Paytm Mall

The intriguing case of Paytm Mall’s financials: Three major unanswered questions

Paytm Mall

There has been a flurry of financial results getting filed by startups over the past two months. Most present a picture of rising losses, with revenue growth lying on a spectrum of modest to exponential. Of all the financials filed, there seems something odd with Paytm Mall’s financials and there are three crucial unanswered questions:

1. The marketing and advertising fee that the company makes is shown to be growing but the shipping and logistics fee as well as payment gateway charges the company pays has fallen, which means that transactions/value of transactions would have fallen. However, there seem to be unreported sources of revenues flowing into the entity of which no details have been provided.

2. There was a Rs 712 crore (nearly $100 mn) payout that was made to Paytm in FY18 by Paytm Mall which seems to be uncannily missing in FY19. Why was this payment missing this year? Or, the corollary to the question would be: why was this payment made last year?

3. Paytm Mall paid Rs 1,072.49 crore to One97 communication in related party expenditure, making up 50% of the total expenditure, i.e. Rs 2,140 crore that it spent during FY19. As per the financial statements, these payments were made to receive ‘customer access and royalty services’ from its parent entity. Wouldn’t Paytm Mall’s shareholders like eBay, who don’t have a shareholding in Paytm, have an issue with their money being funnelled into Paytm to show higher revenues in Paytm? 
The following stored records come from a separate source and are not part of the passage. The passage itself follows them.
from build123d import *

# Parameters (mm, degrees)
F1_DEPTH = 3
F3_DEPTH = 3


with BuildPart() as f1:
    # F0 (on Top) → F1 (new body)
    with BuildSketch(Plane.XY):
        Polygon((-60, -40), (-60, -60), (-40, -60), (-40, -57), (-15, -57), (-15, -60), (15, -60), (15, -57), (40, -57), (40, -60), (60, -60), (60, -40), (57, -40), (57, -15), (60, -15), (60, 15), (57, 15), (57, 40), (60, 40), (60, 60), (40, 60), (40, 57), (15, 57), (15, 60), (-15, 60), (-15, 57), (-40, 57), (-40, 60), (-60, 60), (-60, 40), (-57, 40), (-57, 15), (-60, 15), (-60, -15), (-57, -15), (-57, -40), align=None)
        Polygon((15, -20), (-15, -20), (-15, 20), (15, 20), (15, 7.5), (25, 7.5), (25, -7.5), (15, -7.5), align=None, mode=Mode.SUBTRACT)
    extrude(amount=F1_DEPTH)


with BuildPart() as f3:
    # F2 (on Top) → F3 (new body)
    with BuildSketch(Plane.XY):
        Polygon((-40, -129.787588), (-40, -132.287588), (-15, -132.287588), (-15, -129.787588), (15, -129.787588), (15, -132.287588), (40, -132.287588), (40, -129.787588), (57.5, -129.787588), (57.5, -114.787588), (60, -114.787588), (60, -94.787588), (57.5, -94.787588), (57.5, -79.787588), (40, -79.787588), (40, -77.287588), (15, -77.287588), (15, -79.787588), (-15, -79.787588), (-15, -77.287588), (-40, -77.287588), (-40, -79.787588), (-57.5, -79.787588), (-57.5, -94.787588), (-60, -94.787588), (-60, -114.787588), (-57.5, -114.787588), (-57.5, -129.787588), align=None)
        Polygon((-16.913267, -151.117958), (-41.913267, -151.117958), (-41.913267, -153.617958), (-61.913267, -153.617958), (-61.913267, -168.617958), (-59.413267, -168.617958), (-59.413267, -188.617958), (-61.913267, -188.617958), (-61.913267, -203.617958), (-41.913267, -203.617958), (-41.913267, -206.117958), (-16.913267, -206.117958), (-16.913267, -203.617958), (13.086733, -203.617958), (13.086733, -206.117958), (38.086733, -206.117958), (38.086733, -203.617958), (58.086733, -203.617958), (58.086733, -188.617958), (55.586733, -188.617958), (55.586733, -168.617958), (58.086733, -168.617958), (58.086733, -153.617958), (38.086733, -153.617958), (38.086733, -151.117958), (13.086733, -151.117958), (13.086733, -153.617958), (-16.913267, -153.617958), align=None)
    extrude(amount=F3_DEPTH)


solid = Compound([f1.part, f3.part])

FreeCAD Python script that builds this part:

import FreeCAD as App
import Part
import Sketcher

doc = App.newDocument("Part")
body = doc.addObject("PartDesign::Body", "Body")

# Sketch on XY plane
sketch1 = doc.addObject("Sketcher::SketchObject", "Sketch")
body.addObject(sketch1)
sketch1.AttachmentSupport = (doc.XY_Plane, [""])
sketch1.MapMode = "FlatFace"
sketch1.addGeometry([
    Part.LineSegment(App.Vector(-60, -40, 0), App.Vector(-60, -60, 0)),  # 0
    Part.LineSegment(App.Vector(-60, -60, 0), App.Vector(-40, -60, 0)),  # 1
    Part.LineSegment(App.Vector(-40, -60, 0), App.Vector(-40, -57, 0)),  # 2
    Part.LineSegment(App.Vector(-40, -57, 0), App.Vector(-15, -57, 0)),  # 3
    Part.LineSegment(App.Vector(-15, -57, 0), App.Vector(-15, -60, 0)),  # 4
    Part.LineSegment(App.Vector(-15, -60, 0), App.Vector(15, -60, 0)),  # 5
    Part.LineSegment(App.Vector(15, -60, 0), App.Vector(15, -57, 0)),  # 6
    Part.LineSegment(App.Vector(15, -57, 0), App.Vector(40, -57, 0)),  # 7
    Part.LineSegment(App.Vector(40, -57, 0), App.Vector(40, -60, 0)),  # 8
    Part.LineSegment(App.Vector(40, -60, 0), App.Vector(60, -60, 0)),  # 9
    Part.LineSegment(App.Vector(60, -60, 0), App.Vector(60, -40, 0)),  # 10
    Part.LineSegment(App.Vector(60, -40, 0), App.Vector(57, -40, 0)),  # 11
    Part.LineSegment(App.Vector(57, -40, 0), App.Vector(57, -15, 0)),  # 12
    Part.LineSegment(App.Vector(57, -15, 0), App.Vector(60, -15, 0)),  # 13
    Part.LineSegment(App.Vector(60, -15, 0), App.Vector(60, 15, 0)),  # 14
    Part.LineSegment(App.Vector(60, 15, 0), App.Vector(57, 15, 0)),  # 15
    Part.LineSegment(App.Vector(57, 15, 0), App.Vector(57, 40, 0)),  # 16
    Part.LineSegment(App.Vector(57, 40, 0), App.Vector(60, 40, 0)),  # 17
Especially when Paytm Mall itself is a massive loss-making company? Are these payments made just to inflate Paytm’s revenue numbers? Maybe this explains why Paytm’s revenue looks bloated when compared to other digital payment companies like Google Pay and PhonePe which are much larger than Paytm in the UPI ecosystem.

Although Paytm Mall’s total expenditure dropped by 17.11% from Rs 2,581 crore in FY18 to Rs 2,139.6 crore in FY19, the gross value of transactions with related parties went up by 87.4% from Rs 1,926.08 crore in FY18 to around Rs 3,610 crore in FY19.

Likewise, advertisement expenses recorded in books might have dived 197.6% to Rs 317.22 crore in FY19 from Rs 944.21 crore during FY18, the unmarked miscellaneous expenses in the balance sheet saw YoY growth of around Rs 249 crore from Rs 1,129.5 crore in FY18 to Rs 1408.17 crore in FY19. 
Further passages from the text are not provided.